======== RECORDS SUPPLIED

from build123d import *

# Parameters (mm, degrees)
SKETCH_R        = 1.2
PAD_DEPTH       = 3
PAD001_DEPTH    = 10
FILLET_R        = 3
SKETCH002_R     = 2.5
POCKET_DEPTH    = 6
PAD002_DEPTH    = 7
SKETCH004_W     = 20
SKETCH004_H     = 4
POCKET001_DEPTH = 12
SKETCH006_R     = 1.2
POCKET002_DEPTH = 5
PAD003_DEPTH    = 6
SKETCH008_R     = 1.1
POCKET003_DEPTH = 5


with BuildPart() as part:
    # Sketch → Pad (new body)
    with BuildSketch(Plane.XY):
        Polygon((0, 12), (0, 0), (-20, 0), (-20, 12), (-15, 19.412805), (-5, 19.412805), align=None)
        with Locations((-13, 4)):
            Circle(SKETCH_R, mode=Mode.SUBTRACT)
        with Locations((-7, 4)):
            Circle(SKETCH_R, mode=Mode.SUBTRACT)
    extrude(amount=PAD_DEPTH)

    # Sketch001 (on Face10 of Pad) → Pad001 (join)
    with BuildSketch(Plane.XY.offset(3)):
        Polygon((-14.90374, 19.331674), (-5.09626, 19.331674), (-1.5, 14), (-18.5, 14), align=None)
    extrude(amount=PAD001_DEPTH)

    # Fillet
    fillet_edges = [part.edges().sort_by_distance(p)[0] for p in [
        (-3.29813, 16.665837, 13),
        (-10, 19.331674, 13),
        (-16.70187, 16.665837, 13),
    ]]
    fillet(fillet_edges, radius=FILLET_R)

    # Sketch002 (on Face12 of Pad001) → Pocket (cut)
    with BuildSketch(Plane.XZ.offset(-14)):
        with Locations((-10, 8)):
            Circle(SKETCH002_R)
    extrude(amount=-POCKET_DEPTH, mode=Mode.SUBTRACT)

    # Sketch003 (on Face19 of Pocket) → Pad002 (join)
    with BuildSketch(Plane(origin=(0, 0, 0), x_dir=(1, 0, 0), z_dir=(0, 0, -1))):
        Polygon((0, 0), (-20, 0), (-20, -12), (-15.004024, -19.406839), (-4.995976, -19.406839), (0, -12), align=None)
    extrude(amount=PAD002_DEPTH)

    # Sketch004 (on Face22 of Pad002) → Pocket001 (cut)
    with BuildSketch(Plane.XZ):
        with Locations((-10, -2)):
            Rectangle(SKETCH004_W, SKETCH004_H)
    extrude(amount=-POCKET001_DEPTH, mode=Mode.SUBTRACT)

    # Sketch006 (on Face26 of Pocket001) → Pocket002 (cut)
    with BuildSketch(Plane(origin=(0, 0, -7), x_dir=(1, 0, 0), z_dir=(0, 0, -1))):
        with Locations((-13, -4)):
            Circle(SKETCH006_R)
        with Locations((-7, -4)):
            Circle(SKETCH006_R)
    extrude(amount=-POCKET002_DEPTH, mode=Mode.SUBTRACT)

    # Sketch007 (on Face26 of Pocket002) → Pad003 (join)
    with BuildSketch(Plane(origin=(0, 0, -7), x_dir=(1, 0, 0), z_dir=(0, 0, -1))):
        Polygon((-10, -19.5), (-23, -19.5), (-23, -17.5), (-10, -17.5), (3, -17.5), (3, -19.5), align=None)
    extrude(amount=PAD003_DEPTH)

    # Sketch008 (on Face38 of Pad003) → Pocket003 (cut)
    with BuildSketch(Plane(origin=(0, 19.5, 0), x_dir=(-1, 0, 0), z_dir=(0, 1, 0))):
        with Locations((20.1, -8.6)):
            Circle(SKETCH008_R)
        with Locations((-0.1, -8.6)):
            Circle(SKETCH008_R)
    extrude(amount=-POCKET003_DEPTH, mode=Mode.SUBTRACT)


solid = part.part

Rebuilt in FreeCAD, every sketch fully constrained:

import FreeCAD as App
import Part
import Sketcher
from FreeCAD import Vector
Q = App.Units.Quantity


def edges_at(feature, points):
    """Names of the edges that pass closest to the given points."""
    edges = feature.Shape.Edges
    near = lambda p: min(range(len(edges)), key=lambda i: edges[i].distToShape(Part.Vertex(*p))[0])
    return sorted({f"Edge{near(p) + 1}" for p in points})

doc = App.newDocument("Part")
body = doc.addObject("PartDesign::Body", "Body")

sketch1 = body.newObject("Sketcher::SketchObject", "Sketch")
sketch1.AttachmentSupport = (doc.getObject("XY_Plane"), [""])
sketch1.MapMode = "FlatFace"
sketch1.addGeometry([
    Part.LineSegment(Vector(0, 0, 0), Vector(0, 12, 0)),
    Part.LineSegment(Vector(0, 12, 0), Vector(-5, 19.4, 0)),
    Part.LineSegment(Vector(-5, 19.4, 0), Vector(-15, 19.4, 0)),
    Part.LineSegment(Vector(-15, 19.4, 0), Vector(-20, 12, 0)),
    Part.LineSegment(Vector(-20, 12, 0), Vector(-20, 0, 0)),
    Part.LineSegment(Vector(-20, 0, 0), Vector(0, 0, 0)),
    Part.Circle(Vector(-7, 4, 0), Vector(0, 0, 1), 1.2),
    Part.Circle(Vector(-13, 4, 0), Vector(0, 0, 1), 1.2),
], False)
sketch1.addConstraint([
    Sketcher.Constraint("Coincident", 0, 2, 1, 1),
    Sketcher.Constraint("Coincident", 1, 2, 2, 1),
    Sketcher.Constraint("Coincident", 2, 2, 3, 1),
    Sketcher.Constraint("Coincident", 3, 2, 4, 1),
    Sketcher.Constraint("Coincident", 4, 2, 5, 1),
    Sketcher.Constraint("Coincident", 5, 2, 0, 1),
    Sketcher.Constraint("Vertical", 0),
    Sketcher.Constraint("Horizontal", 2),
    Sketcher.Constraint("Vertical", 4),
    Sketcher.Constraint("Horizontal", 5),
    Sketcher.Constraint("Coincident", 5, 2, -1, 1),
    Sketcher.Constraint("Equal", 6, 7),
    Sketcher.Constraint("Horizontal", 6, 3, 7, 3),
    Sketcher.Constraint("Horizontal", 0, 2, 3, 2),
    Sketcher.Constraint("Equal", 1, 3),
    Sketcher.Constraint("Diameter", 6, 2.4),
    Sketcher.Constraint("DistanceX", 2, 2, 2, 1, 10.0),
    Sketcher.Constraint("DistanceX", 5, 1, 5, 2, 20.0),
    Sketcher.Constraint("DistanceY", 0, 1, 0, 2, 12.0),
    Sketcher.Constraint("Angle", 1, Q("123.999999 deg")),
    Sketcher.Constraint("DistanceX", 6, 3, -1, 1, 7.0),
    Sketcher.Constraint("DistanceY", -1, 1, 6, 3, 4.0),
    Sketcher.Constraint("DistanceX", 7, 3, -1, 1, 13.0),
])
pad1 = body.newObject("PartDesign::Pad", "Pad")
pad1.Profile = sketch1
pad1.Length = 3

sketch2 = body.newObject("Sketcher::SketchObject", "Sketch001")
sketch2.AttachmentSupport = (doc.getObject("XY_Plane"), [""])
sketch2.MapMode = "FlatFace"
sketch2.AttachmentOffset = App.Placement(Vector(0, 0, 3), App.Rotation())
sketch2.addGeometry([
    Part.LineSegment(Vector(-5, 19, 0), Vector(-15, 19, 0)),
    Part.LineSegment(Vector(-15, 19, 0), Vector(-18, 14, 0)),
    Part.LineSegment(Vector(-18, 14, 0), Vector(-2, 14, 0)),
    Part.LineSegment(Vector(-2, 14, 0), Vector(-5, 19, 0)),
], False)
sketch2.addConstraint([
    Sketcher.Constraint("Coincident", 0, 2, 1, 1),
    Sketcher.Constraint("Coincident", 1, 2, 2, 1),
    Sketcher.Constraint("Coincident", 2, 2, 3, 1),
    Sketcher.Constraint("Coincident", 3, 2, 0, 1),
    Sketcher.Constraint("Horizontal", 0),
    Sketcher.Constraint("Horizontal", 2),
    Sketcher.Constraint("Equal", 1, 3),
    Sketcher.Constraint("DistanceX", 2, 1, 2, 2, 17.0),
    Sketcher.Constraint("Angle", 1, Q("-124.000004 deg")),
    Sketcher.Constraint("DistanceY", -1, 1, 1, 2, 14.0),
    Sketcher.Constraint("DistanceX", 1, 2, -1, 1, 18.5),
    Sketcher.Constraint("DistanceX", 0, 2, 0, 1, 9.80748),
])
pad2 = body.newObject("PartDesign::Pad", "Pad001")
pad2.Profile = sketch2
pad2.Length = 10
doc.recompute()

fillet = body.newObject("PartDesign::Fillet", "Fillet")
fillet.Base = (pad2, edges_at(pad2, [(-3.298, 16.666, 13), (-10, 19.332, 13), (-16.702, 16.666, 13)]))
fillet.Radius = 3

sketch3 = body.newObject("Sketcher::SketchObject", "Sketch002")
sketch3.AttachmentSupport = (doc.getObject("XZ_Plane"), [""])
sketch3.MapMode = "FlatFace"
sketch3.AttachmentOffset = App.Placement(Vector(0, 0, -14), App.Rotation())
sketch3.addGeometry(Part.Circle(Vector(-10, 8, 0), Vector(0, 0, 1), 2.5), False)
sketch3.addConstraint([
    Sketcher.Constraint("Diameter", 0, 5.0),
    Sketcher.Constraint("DistanceX", 0, 3, -1, 1, 10.0),
    Sketcher.Constraint("DistanceY", -1, 1, 0, 3, 8.0),
])
pocket1 = body.newObject("PartDesign::Pocket", "Pocket")
pocket1.Profile = sketch3
pocket1.Length = 6

sketch4 = body.newObject("Sketcher::SketchObject", "Sketch003")
sketch4.AttachmentSupport = (doc.getObject("XY_Plane"), [""])
sketch4.MapMode = "FlatFace"
sketch4.addGeometry([
    Part.LineSegment(Vector(0, 0, 0), Vector(-20, 0, 0)),
    Part.LineSegment(Vector(-20, 0, 0), Vector(-20, 12, 0)),
    Part.LineSegment(Vector(-20, 12, 0), Vector(-15, 19, 0)),
    Part.LineSegment(Vector(-15, 19, 0), Vector(-5, 19, 0)),
    Part.LineSegment(Vector(-5, 19, 0), Vector(0, 12, 0)),
    Part.LineSegment(Vector(0, 12, 0), Vector(0, 0, 0)),
], False)
sketch4.addConstraint([
    Sketcher.Constraint("Coincident", 0, 2, 1, 1),
    Sketcher.Constraint("Coincident", 1, 2, 2, 1),
    Sketcher.Constraint("Coincident", 2, 2, 3, 1),
    Sketcher.Constraint("Coincident", 3, 2, 4, 1),
    Sketcher.Constraint("Coincident", 4, 2, 5, 1),
    Sketcher.Constraint("Coincident", 5, 2, 0, 1),
    Sketcher.Constraint("Horizontal", 0),
    Sketcher.Constraint("Vertical", 1),
    Sketcher.Constraint("Horizontal", 3),
    Sketcher.Constraint("Vertical", 5),
    Sketcher.Constraint("Coincident", 5, 2, -1, 1),
    Sketcher.Constraint("Horizontal", 1, 2, 4, 2),
    Sketcher.Constraint("Equal", 2, 4),
    Sketcher.Constraint("DistanceX", 0, 2, 0, 1, 20.0),
    Sketcher.Constraint("DistanceY", 1, 1, 1, 2, 12.0),
    Sketcher.Constraint("Angle", 2, Q("56 deg")),
    Sketcher.Constraint("DistanceX", 3, 1, 3, 2, 10.008048),
])
pad3 = body.newObject("PartDesign::Pad", "Pad002")
pad3.Profile = sketch4
pad3.Length = 7
pad3.Reversed = True

sketch5 = body.newObject("Sketcher::SketchObject", "Sketch004")
sketch5.AttachmentSupport = (doc.getObject("XZ_Plane"), [""])
sketch5.MapMode = "FlatFace"
sketch5.addGeometry([
    Part.LineSegment(Vector(-20, 0, 0), Vector(-20, -4, 0)),
    Part.LineSegment(Vector(-20, -4, 0), Vector(0, -4, 0)),
    Part.LineSegment(Vector(0, -4, 0), Vector(0, 0, 0)),
    Part.LineSegment(Vector(0, 0, 0), Vector(-20, 0, 0)),
], False)
sketch5.addConstraint([
    Sketcher.Constraint("Coincident", 0, 2, 1, 1),
    Sketcher.Constraint("Coincident", 1, 2, 2, 1),
    Sketcher.Constraint("Coincident", 2, 2, 3, 1),
    Sketcher.Constraint("Coincident", 3, 2, 0, 1),
    Sketcher.Constraint("Vertical", 0),
    Sketcher.Constraint("Horizontal", 1),
    Sketcher.Constraint("Vertical", 2),
    Sketcher.Constraint("Horizontal", 3),
    Sketcher.Constraint("Coincident", 2, 2, -1, 1),
    Sketcher.Constraint("DistanceX", 1, 1, 1, 2, 20.0),
    Sketcher.Constraint("DistanceY", 0, 2, 0, 1, 4.0),
])
pocket2 = body.newObject("PartDesign::Pocket", "Pocket001")
pocket2.Profile = sketch5
pocket2.Length = 12

sketch6 = body.newObject("Sketcher::SketchObject", "Sketch005")
sketch6.AttachmentSupport = (doc.getObject("XY_Plane"), [""])
sketch6.MapMode = "FlatFace"
sketch6.AttachmentOffset = App.Placement(Vector(0, 0, -7), App.Rotation())
sketch6.addGeometry([
    Part.Circle(Vector(-13, 4, 0), Vector(0, 0, 1), 1.2),
    Part.Circle(Vector(-7, 4, 0), Vector(0, 0, 1), 1.2),
], False)
sketch6.addConstraint([
    Sketcher.Constraint("Equal", 0, 1),
    Sketcher.Constraint("Horizontal", 0, 3, 1, 3),
    Sketcher.Constraint("Diameter", 0, 2.4),
    Sketcher.Constraint("DistanceX", 0, 3, -1, 1, 13.0),
    Sketcher.Constraint("DistanceY", -1, 1, 0, 3, 4.0),
    Sketcher.Constraint("DistanceX", 1, 3, -1, 1, 7.0),
])
pocket3 = body.newObject("PartDesign::Pocket", "Pocket002")
pocket3.Profile = sketch6
pocket3.Length = 5
pocket3.Reversed = True

sketch7 = body.newObject("Sketcher::SketchObject", "Sketch006")
sketch7.AttachmentSupport = (doc.getObject("XY_Plane"), [""])
sketch7.MapMode = "FlatFace"
sketch7.AttachmentOffset = App.Placement(Vector(0, 0, -7), App.Rotation())
sketch7.addGeometry([
    Part.LineSegment(Vector(-23, 19.5, 0), Vector(3, 19.5, 0)),
    Part.LineSegment(Vector(3, 19.5, 0), Vector(3, 17.5, 0)),
    Part.LineSegment(Vector(3, 17.5, 0), Vector(-23, 17.5, 0)),
    Part.LineSegment(Vector(-23, 17.5, 0), Vector(-23, 19.5, 0)),
], False)
sketch7.addConstraint([
    Sketcher.Constraint("Coincident", 0, 2, 1, 1),
    Sketcher.Constraint("Coincident", 1, 2, 2, 1),
    Sketcher.Constraint("Coincident", 2, 2, 3, 1),
    Sketcher.Constraint("Coincident", 3, 2, 0, 1),
    Sketcher.Constraint("Horizontal", 0),
    Sketcher.Constraint("Vertical", 1),
    Sketcher.Constraint("Horizontal", 2),
    Sketcher.Constraint("Vertical", 3),
    Sketcher.Constraint("DistanceX", 0, 1, 0, 2, 26.0),
    Sketcher.Constraint("DistanceY", 1, 2, 1, 1, 2.0),
    Sketcher.Constraint("DistanceX", -1, 1, 0, 2, 3.0),
    Sketcher.Constraint("DistanceY", -1, 1, 0, 2, 19.5),
])
pad4 = body.newObject("PartDesign::Pad", "Pad003")
pad4.Profile = sketch7
pad4.Length = 6
pad4.Reversed = True

sketch8 = body.newObject("Sketcher::SketchObject", "Sketch007")
sketch8.AttachmentSupport = (doc.getObject("XZ_Plane"), [""])
sketch8.MapMode = "FlatFace"
sketch8.AttachmentOffset = App.Placement(Vector(0, 0, -19.5), App.Rotation())
sketch8.addGeometry([
    Part.Circle(Vector(-20.1, -8.6, 0), Vector(0, 0, 1), 1.1),
    Part.Circle(Vector(0.1, -8.6, 0), Vector(0, 0, 1), 1.1),
], False)
sketch8.addConstraint([
    Sketcher.Constraint("Equal", 0, 1),
    Sketcher.Constraint("Horizontal", 0, 3, 1, 3),
    Sketcher.Constraint("Diameter", 0, 2.2),
    Sketcher.Constraint("DistanceX", 0, 3, -1, 1, 20.1),
    Sketcher.Constraint("DistanceY", 0, 3, -1, 1, 8.6),
    Sketcher.Constraint("DistanceX", -1, 1, 1, 3, 0.1),
])
pocket4 = body.newObject("PartDesign::Pocket", "Pocket003")
pocket4.Profile = sketch8
pocket4.Length = 5
pocket4.Reversed = True

doc.recompute()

================

> _BRIEF_: What is the number of lines in the records that hold the word "join"? Answer with that number only.

> _YOUR RESPONSE_: 3